As it turns out, there really isn’t. The minions recognize that Ben is carrying Scudder’s Templar pin, and they realize that they’ve captured—gasp—the wrong man. They dig up Ben before he can suffocate, and when he tells them that, sure, that Templar pin is his, they let him know that he’ll be moving on to the next step in his journey fairly quickly. It’s a disappointing ending to a story that had built up a nice veneer of terrifying menace. The show often falls into this storytelling rut, however, and this often leads to some of its weaker moments. Everything will build up to a huge moment, then someone will realize the true nature of Ben or Justin and the story will shift to them granting one of the two Avatars their way. Maybe that’s why Justin still commands such interest from me: He’s still essentially taking the bull by the horns and making his own destiny. Ben’s doing better on this front this season, but it’s too easy for the series to back itself into a corner, then have him be saved by a mythological contrivance. It’s not enough to drag down a frequently scary episode, but it does leave things on a disappointing note.

Stray observations:

  • Hey, that random hillbilly is Jimmi Simpson, better known as Liam McPoyle on It’s Always Sunny In Philadelphia. What a weird character actor to have pop up here, even if it seems completely appropriate.
  • Ruthie’s visions of Lodz are also fairly scary, but I’m surprised the series seems to be dragging out the inevitable reveal that she’s able to see the dead, thanks to her extended period of time on the other side.

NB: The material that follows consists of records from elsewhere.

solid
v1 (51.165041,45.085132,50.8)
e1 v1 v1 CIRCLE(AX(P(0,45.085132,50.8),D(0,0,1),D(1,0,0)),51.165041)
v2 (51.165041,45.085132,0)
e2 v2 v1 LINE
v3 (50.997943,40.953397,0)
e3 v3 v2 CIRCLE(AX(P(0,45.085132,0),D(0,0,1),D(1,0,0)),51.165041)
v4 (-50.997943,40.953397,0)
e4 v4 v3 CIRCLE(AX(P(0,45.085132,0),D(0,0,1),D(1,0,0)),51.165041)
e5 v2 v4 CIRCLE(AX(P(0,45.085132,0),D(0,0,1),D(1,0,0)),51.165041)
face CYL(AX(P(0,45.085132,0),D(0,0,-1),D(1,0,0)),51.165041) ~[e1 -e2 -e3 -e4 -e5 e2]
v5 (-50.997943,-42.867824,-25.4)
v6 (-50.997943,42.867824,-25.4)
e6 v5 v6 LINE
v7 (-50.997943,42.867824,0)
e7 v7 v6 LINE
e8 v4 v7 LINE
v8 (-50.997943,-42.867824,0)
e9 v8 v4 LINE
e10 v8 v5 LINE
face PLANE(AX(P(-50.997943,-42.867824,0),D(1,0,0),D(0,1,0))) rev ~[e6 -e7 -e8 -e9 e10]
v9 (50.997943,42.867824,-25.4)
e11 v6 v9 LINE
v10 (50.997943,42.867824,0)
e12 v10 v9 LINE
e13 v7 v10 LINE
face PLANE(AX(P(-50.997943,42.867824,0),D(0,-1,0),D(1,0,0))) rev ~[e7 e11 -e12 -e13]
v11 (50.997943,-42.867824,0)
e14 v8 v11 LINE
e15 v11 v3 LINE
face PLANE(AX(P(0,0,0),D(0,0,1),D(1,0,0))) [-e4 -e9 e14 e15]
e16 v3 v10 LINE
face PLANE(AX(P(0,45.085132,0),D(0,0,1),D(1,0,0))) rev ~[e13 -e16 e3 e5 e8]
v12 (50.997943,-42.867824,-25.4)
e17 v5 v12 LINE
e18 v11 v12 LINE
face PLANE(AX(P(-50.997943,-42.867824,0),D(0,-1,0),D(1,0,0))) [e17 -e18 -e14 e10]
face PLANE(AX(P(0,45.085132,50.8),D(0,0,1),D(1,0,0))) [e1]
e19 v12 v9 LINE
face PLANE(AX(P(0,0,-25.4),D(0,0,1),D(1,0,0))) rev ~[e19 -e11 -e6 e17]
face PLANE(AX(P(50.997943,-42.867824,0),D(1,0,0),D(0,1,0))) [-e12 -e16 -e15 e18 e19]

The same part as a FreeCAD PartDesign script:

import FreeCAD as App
import Part
import Sketcher
Q = App.Units.Quantity


def add_polygon(sketch, points):
    """Adds a closed chain of lines whose ends are joined by coincident constraints."""
    first, n = sketch.GeometryCount, len(points)
    for a, b in zip(points, points[1:] + points[:1]):
        sketch.addGeometry(Part.LineSegment(App.Vector(*a, 0), App.Vector(*b, 0)), False)
    for i in range(n):
        sketch.addConstraint(Sketcher.Constraint("Coincident", first + i, 2, first + (i + 1) % n, 1))

doc = App.newDocument("Part")
params = doc.addObject("Spreadsheet::Sheet", "Params")
for row, (alias, value) in enumerate([
    ("pad1_length", "2 in"),
    ("pad2_length", "1 in"),
], start=1):
    params.set(f"A{row}", alias)
    params.set(f"B{row}", "=" + value)
    params.setAlias(f"B{row}", alias)

body = doc.addObject("PartDesign::Body", "Body")

# Sketch on XY plane
sketch1 = body.newObject("Sketcher::SketchObject", "Sketch")
sketch1.AttachmentSupport = (doc.getObject("XY_Plane"), [""])
sketch1.MapMode = "FlatFace"
sketch1.addGeometry(Part.Circle(App.Vector(0, 45.085132, 0), App.Vector(0, 0, 1), 51.165041), False)
sketch1.addConstraint([
    Sketcher.Constraint("PointOnObject", 0, 3, -2),
    Sketcher.Constraint("Diameter", 0, Q("102.330082 mm")),
    Sketcher.Constraint("DistanceY", -1, 1, 0, 3, Q("45.085132 mm")),
])
pad1 = body.newObject("PartDesign::Pad", "Pad")
pad1.Profile = sketch1
pad1.setExpression("Length", "Params.pad1_length")

# Sketch on XY plane
sketch2 = body.newObject("Sketcher::SketchObject", "Sketch001")
sketch2.AttachmentSupport = (doc.getObject("XY_Plane"), [""])
sketch2.MapMode = "FlatFace"
add_polygon(sketch2, [(-50.997943, 42.867824), (-50.997943, -42.867824), (50.997943, -42.867824), (50.997943, 42.867824)])  # lines 0-3
sketch2.addConstraint([
    Sketcher.Constraint("Vertical", 0),
    Sketcher.Constraint("Horizontal", 1),
    Sketcher.Constraint("Vertical", 2),
    Sketcher.Constraint("Horizontal", 3),
    Sketcher.Constraint("Symmetric", 0, 2, 2, 2, -1, 1),
    Sketcher.Constraint("DistanceX", 1, 1, 1, 2, Q("101.995886 mm")),
    Sketcher.Constraint("DistanceY", 0, 2, 0, 1, Q("85.735648 mm")),
])
pad2 = body.newObject("PartDesign::Pad", "Pad001")
pad2.Profile = sketch2
pad2.setExpression("Length", "Params.pad2_length")
pad2.Reversed = True

doc.recompute()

  • On the other hand, I like the way that the reverberations of last season’s finale are still being felt. Ben doesn’t want to be near Ruthie at all, while the friendship between Jonesy and Sofie seems permanently sundered, even as she joins the roustabout crew.

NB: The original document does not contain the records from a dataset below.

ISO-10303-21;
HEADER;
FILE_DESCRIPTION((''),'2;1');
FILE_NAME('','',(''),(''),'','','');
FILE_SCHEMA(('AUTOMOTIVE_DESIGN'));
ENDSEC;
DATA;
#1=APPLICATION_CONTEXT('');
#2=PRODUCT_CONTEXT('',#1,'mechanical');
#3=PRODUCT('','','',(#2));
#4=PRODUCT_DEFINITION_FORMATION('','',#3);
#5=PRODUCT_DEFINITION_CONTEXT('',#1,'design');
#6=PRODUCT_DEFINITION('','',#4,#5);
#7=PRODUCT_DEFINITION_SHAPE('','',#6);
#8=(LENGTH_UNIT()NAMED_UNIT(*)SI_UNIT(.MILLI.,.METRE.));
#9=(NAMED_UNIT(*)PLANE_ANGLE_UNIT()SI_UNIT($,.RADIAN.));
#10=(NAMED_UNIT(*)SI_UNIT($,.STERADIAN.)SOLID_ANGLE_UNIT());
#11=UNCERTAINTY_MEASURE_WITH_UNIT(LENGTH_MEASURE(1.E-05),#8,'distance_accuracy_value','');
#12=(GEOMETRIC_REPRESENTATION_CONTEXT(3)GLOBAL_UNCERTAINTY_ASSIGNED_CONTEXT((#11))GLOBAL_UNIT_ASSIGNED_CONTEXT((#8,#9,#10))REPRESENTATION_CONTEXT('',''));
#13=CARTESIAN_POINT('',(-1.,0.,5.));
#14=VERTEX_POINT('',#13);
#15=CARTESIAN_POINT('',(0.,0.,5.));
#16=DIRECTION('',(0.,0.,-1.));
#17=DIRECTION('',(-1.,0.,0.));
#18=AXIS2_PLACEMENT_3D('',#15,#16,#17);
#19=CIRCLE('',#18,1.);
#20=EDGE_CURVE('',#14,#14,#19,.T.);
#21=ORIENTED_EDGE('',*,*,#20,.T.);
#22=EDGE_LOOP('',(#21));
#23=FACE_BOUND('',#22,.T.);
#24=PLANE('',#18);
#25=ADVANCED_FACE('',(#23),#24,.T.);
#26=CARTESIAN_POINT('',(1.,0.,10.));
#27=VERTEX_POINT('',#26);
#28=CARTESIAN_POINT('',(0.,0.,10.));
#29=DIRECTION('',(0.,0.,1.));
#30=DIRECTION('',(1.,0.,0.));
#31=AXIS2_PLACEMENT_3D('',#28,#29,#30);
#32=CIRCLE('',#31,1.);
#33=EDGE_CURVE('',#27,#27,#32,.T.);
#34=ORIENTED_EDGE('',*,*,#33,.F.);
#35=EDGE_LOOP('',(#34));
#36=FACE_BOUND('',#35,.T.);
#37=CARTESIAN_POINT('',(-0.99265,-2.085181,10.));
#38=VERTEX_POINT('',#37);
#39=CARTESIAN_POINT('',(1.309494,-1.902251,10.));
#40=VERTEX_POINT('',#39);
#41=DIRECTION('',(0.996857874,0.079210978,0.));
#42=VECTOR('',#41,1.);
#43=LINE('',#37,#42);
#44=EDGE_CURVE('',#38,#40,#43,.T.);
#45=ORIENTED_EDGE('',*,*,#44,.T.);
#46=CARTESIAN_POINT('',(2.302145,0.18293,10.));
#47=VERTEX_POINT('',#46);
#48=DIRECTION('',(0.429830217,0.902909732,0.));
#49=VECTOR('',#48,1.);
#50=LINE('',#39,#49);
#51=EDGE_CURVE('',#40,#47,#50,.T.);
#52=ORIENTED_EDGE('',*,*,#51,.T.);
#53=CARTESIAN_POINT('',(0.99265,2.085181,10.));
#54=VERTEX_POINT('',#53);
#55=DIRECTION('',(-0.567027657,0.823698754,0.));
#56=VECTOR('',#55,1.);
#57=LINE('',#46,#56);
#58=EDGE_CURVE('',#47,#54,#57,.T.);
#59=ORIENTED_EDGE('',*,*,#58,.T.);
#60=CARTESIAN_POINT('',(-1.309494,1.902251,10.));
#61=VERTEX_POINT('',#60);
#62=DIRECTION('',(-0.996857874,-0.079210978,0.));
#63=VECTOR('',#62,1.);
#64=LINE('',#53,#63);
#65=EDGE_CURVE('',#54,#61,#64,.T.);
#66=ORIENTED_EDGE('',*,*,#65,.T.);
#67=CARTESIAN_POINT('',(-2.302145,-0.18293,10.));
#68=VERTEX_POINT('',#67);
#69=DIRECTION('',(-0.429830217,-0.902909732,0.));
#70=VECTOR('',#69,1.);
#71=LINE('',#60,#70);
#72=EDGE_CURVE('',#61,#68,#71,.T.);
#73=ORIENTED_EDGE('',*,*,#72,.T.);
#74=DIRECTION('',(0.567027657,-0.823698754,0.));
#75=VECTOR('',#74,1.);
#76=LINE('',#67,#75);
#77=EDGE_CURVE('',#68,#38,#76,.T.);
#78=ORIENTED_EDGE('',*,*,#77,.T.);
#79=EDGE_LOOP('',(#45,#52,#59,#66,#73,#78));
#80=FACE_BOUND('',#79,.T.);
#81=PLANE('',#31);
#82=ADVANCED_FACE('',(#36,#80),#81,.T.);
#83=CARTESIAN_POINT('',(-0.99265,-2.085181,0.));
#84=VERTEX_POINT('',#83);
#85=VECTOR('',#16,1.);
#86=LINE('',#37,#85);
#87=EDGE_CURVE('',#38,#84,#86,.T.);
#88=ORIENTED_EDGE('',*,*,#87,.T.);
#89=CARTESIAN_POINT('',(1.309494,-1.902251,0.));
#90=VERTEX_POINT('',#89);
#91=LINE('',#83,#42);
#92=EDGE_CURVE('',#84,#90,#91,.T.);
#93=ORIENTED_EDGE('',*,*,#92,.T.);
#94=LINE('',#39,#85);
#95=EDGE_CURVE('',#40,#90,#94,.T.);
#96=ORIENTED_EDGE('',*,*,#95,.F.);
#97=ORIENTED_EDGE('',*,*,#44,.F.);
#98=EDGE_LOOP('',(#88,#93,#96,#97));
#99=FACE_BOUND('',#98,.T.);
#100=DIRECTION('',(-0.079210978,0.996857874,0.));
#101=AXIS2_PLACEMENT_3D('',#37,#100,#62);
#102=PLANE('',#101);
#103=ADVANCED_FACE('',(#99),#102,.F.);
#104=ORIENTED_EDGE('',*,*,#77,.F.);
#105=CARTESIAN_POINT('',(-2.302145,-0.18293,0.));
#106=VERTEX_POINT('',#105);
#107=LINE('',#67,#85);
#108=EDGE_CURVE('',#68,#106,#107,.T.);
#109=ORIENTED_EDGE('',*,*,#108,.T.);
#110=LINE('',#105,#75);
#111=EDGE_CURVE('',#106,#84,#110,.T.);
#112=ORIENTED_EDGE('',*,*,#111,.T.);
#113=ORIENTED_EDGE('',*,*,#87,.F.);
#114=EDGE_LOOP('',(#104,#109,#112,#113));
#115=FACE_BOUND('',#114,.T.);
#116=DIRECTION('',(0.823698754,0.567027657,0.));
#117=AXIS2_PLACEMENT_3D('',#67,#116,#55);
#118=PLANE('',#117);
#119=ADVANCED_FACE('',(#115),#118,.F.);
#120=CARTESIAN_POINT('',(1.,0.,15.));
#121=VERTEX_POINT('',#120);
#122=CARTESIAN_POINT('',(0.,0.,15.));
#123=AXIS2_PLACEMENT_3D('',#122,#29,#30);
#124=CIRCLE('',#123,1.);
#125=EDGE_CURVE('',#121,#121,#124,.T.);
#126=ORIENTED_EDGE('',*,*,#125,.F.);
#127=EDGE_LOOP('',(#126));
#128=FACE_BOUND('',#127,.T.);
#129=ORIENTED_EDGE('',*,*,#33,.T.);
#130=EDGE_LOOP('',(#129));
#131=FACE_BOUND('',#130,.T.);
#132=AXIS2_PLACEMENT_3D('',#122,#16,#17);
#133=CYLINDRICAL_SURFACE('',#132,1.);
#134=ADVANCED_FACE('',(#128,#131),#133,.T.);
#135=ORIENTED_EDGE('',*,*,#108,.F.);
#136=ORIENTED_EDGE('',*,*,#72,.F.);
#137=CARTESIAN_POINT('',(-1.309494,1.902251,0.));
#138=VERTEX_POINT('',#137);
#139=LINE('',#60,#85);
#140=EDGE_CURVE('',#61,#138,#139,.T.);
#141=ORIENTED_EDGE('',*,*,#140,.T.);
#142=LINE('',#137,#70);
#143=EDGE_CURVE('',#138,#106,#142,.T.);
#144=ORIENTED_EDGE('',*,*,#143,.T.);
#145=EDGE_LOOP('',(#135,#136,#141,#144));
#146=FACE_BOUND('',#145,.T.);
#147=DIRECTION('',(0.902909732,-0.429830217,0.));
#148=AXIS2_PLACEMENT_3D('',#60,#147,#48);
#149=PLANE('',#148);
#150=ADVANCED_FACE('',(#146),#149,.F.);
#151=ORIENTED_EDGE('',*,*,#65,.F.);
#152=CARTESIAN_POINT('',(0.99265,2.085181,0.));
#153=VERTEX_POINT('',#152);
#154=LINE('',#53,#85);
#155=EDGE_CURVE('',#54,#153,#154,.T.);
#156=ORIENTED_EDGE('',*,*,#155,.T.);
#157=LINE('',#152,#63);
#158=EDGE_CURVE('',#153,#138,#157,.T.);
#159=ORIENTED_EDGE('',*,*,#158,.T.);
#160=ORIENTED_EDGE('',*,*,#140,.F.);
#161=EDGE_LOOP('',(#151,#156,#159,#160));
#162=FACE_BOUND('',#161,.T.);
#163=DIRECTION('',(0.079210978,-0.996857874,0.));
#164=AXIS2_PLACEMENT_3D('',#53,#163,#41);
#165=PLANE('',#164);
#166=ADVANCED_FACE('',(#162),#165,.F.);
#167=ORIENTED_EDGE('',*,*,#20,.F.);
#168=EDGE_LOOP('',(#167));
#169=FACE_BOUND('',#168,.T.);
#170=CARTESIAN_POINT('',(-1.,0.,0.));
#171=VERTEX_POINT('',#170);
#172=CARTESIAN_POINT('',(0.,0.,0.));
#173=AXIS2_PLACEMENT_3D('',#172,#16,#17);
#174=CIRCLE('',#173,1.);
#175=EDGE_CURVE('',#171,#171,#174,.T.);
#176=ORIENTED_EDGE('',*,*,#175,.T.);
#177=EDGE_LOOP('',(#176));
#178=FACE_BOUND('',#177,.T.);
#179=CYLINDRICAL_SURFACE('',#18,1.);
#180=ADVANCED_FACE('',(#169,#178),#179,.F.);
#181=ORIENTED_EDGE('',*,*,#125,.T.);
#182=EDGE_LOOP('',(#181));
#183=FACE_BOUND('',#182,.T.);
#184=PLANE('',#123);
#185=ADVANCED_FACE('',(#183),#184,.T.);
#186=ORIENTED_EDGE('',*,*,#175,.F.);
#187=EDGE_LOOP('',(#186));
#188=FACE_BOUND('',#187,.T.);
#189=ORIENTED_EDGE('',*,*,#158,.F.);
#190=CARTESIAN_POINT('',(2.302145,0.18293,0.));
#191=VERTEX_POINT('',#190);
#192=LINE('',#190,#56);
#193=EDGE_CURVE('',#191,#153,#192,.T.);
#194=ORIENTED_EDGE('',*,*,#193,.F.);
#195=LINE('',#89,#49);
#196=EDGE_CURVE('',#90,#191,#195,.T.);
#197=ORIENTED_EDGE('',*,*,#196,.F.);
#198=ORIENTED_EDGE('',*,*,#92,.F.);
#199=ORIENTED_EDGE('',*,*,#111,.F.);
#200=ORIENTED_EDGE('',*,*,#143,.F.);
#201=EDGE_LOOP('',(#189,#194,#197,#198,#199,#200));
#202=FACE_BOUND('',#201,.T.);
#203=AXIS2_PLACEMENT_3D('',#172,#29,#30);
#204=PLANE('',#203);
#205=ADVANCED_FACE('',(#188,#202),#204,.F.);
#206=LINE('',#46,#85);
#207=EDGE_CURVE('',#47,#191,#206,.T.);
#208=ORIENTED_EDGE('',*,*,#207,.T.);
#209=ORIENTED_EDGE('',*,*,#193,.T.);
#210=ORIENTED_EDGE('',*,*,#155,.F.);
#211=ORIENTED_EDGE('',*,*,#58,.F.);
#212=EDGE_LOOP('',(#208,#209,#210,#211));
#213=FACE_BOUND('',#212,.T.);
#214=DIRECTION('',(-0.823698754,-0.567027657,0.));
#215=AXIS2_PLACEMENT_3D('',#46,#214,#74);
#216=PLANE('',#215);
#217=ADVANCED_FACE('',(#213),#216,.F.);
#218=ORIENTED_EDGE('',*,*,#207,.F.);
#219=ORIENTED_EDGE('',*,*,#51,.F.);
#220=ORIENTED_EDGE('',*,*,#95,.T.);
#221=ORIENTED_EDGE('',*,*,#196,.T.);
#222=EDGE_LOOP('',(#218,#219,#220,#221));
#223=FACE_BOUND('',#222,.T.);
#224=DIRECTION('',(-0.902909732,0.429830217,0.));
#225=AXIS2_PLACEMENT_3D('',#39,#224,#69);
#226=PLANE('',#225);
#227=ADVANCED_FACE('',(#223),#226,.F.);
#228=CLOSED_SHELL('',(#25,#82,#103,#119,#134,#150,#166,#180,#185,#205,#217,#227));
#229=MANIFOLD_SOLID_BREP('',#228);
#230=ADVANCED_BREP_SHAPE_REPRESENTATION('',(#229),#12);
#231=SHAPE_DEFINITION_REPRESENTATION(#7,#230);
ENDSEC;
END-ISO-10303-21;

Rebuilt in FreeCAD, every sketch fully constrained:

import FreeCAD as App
import Part
import Sketcher

V = App.Vector
Q = App.Units.Quantity

doc = App.newDocument("Part")
body = doc.addObject("PartDesign::Body", "Body")

# Sketch on XY plane
sketch1 = body.newObject("Sketcher::SketchObject", "Sketch")
sketch1.AttachmentSupport = (doc.getObject("XY_Plane"), [""])
sketch1.MapMode = "FlatFace"
sketch1.addGeometry(Part.LineSegment(V(2.3, 0.2, 0), V(1, 2.1, 0)), False)
sketch1.addGeometry(Part.LineSegment(V(1, 2.1, 0), V(-1.3, 1.9, 0)), False)
sketch1.addGeometry(Part.LineSegment(V(-1.3, 1.9, 0), V(-2.3, -0.2, 0)), False)
sketch1.addGeometry(Part.LineSegment(V(-2.3, -0.2, 0), V(-1, -2.1, 0)), False)
sketch1.addGeometry(Part.LineSegment(V(-1, -2.1, 0), V(1.3, -1.9, 0)), False)
sketch1.addGeometry(Part.LineSegment(V(1.3, -1.9, 0), V(2.3, 0.2, 0)), False)
sketch1.addConstraint(Sketcher.Constraint("Coincident", 0, 2, 1, 1))
sketch1.addConstraint(Sketcher.Constraint("Coincident", 1, 2, 2, 1))
sketch1.addConstraint(Sketcher.Constraint("Coincident", 2, 2, 3, 1))
sketch1.addConstraint(Sketcher.Constraint("Coincident", 3, 2, 4, 1))
sketch1.addConstraint(Sketcher.Constraint("Coincident", 4, 2, 5, 1))
sketch1.addConstraint(Sketcher.Constraint("Coincident", 5, 2, 0, 1))
sketch1.addConstraint(Sketcher.Constraint("Symmetric", 0, 2, 3, 2, -1, 1))
sketch1.addConstraint(Sketcher.Constraint("Symmetric", 1, 2, 4, 2, -1, 1))
sketch1.addConstraint(Sketcher.Constraint("Symmetric", 2, 2, 5, 2, -1, 1))
sketch1.addConstraint(Sketcher.Constraint("Equal", 0, 1))
sketch1.addConstraint(Sketcher.Constraint("Equal", 1, 2))
sketch1.addConstraint(Sketcher.Constraint("Distance", 0, Q("2.309401 mm")))
sketch1.addConstraint(Sketcher.Constraint("DistanceX", 3, 2, 0, 2, Q("1.985301 mm")))
sketch1.addConstraint(Sketcher.Constraint("DistanceY", 4, 2, 1, 2, Q("3.804502 mm")))
sketch1.addConstraint(Sketcher.Constraint("DistanceY", -1, 1, 0, 2, Q("2.085181 mm")))
pad1 = body.newObject("PartDesign::Pad", "Pad")
pad1.Profile = sketch1
pad1.Length = 10

# Sketch on XY plane
sketch2 = body.newObject("Sketcher::SketchObject", "Sketch001")
sketch2.AttachmentSupport = (doc.getObject("XY_Plane"), [""])
sketch2.MapMode = "FlatFace"
sketch2.AttachmentOffset = App.Placement(V(0, 0, 10), App.Rotation())
sketch2.addGeometry(Part.Circle(V(0, 0, 0), V(0, 0, 1), 1), False)
sketch2.addConstraint(Sketcher.Constraint("Coincident", 0, 3, -1, 1))
sketch2.addConstraint(Sketcher.Constraint("Diameter", 0, Q("2 mm")))
pad2 = body.newObject("PartDesign::Pad", "Pad001")
pad2.Profile = sketch2
pad2.Length = 5

# Sketch on XY plane
sketch3 = body.newObject("Sketcher::SketchObject", "Sketch002")
sketch3.AttachmentSupport = (doc.getObject("XY_Plane"), [""])
sketch3.MapMode = "FlatFace"
sketch3.addGeometry(Part.Circle(V(0, 0, 0), V(0, 0, 1), 1), False)
sketch3.addConstraint(Sketcher.Constraint("Coincident", 0, 3, -1, 1))
sketch3.addConstraint(Sketcher.Constraint("Diameter", 0, Q("2 mm")))
pocket1 = body.newObject("PartDesign::Pocket", "Pocket")
pocket1.Profile = sketch3
pocket1.Length = 5
pocket1.Reversed = True

doc.recompute()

  • The scene where Tommy Dolan talks about the deaths in Brother Justin’s old church that burned down (remember that?) is supremely creepy. I’ve genuinely forgotten what Tommy’s long game is here, and I’m excited to be reminded. (I particularly like the closeups of Tommy slicing through that egg. Great stuff.)
  • The final bit with Sofie’s radio turning itself toward Brother Justin’s address is a nice, creepy moment to end on, but I particularly like the look in Clea DuVall’s eyes, as if she knew this was coming and was just waiting for it.
  • Another great shot: Justin leaning over the prostrate form of Norman, from Norman’s point-of-view.
  • Hey, what’s up with secret history fantasy stories and Tarot cards? They seem to pop up all the time.